Another post will look at a few specific SAR scenarios – how long until a person becomes thermally indistinct from a river; and whether we can spot a person in good outdoor clothing at all, including sparse treecover and in the open
Just for fun I sent a quick thermal imagery flight through Opendronemap, and made a thermal reconstruction! Unfortunately only RGB values are kept in the resulting output – it would be wise to carefully register thermal values to RGB if you wanted to interpret the model colours later.
The ANAFI thermal is a lot of instrumentation in a tiny and robust package!
It is a joy to fly. I generally don’t use automated cinematography modes and my fingers are slowly getting to smooth pan and tilt shots. Using GPS lapse is a great tool for modelling – making life easier, although even finer distances would be useful in some scenarios. It’s fantastic to be able to combine structured flight plans (eg Pix4D capture) with freestyle captures to pick on details.

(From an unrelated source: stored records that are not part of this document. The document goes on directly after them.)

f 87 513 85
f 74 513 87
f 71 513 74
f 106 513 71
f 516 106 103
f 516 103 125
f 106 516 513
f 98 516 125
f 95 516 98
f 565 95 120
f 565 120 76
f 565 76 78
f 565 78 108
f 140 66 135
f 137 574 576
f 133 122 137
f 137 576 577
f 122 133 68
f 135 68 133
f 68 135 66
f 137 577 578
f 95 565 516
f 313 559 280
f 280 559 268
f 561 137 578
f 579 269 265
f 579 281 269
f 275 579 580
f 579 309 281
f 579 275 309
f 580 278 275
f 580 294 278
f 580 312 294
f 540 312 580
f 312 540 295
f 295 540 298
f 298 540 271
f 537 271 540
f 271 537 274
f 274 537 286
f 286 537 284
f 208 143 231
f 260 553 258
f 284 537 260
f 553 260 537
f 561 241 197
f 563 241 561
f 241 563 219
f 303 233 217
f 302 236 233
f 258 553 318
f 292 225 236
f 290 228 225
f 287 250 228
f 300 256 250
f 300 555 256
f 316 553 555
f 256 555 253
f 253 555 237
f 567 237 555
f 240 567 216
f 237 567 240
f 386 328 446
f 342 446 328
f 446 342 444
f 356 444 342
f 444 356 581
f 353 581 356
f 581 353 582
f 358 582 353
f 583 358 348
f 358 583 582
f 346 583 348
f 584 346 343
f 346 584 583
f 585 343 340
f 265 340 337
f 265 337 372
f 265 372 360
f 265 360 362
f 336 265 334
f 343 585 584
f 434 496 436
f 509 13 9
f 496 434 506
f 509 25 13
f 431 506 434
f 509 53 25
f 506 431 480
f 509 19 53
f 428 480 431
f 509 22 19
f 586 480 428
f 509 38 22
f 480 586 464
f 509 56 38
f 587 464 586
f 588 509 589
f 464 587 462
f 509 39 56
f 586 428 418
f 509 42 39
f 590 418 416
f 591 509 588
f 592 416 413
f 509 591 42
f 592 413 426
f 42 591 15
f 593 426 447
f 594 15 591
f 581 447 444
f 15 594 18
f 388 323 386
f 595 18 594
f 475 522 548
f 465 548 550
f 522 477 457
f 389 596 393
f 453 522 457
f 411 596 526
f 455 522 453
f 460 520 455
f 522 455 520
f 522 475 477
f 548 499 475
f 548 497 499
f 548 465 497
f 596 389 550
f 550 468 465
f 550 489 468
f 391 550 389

Thermal imaging capability is an amazing extra – it opens up a lot of new tasks for a tiny, portable instrument with great flying characteristics and a wide range of operating conditions.
I like Parrot’s Freeflight app – it’s easy to use and straightforward. The only major issue some people might have is its lack of collision detection. it certainly pays keeps your pilot senses on! I’d like little signal lights in the arms – but that’s a minor quibble for this small-but-powerful flying instrument.
I bought this one from DronesForHire – and we’ve grown a great relationship since. Happy to recommend them as a place to buy from!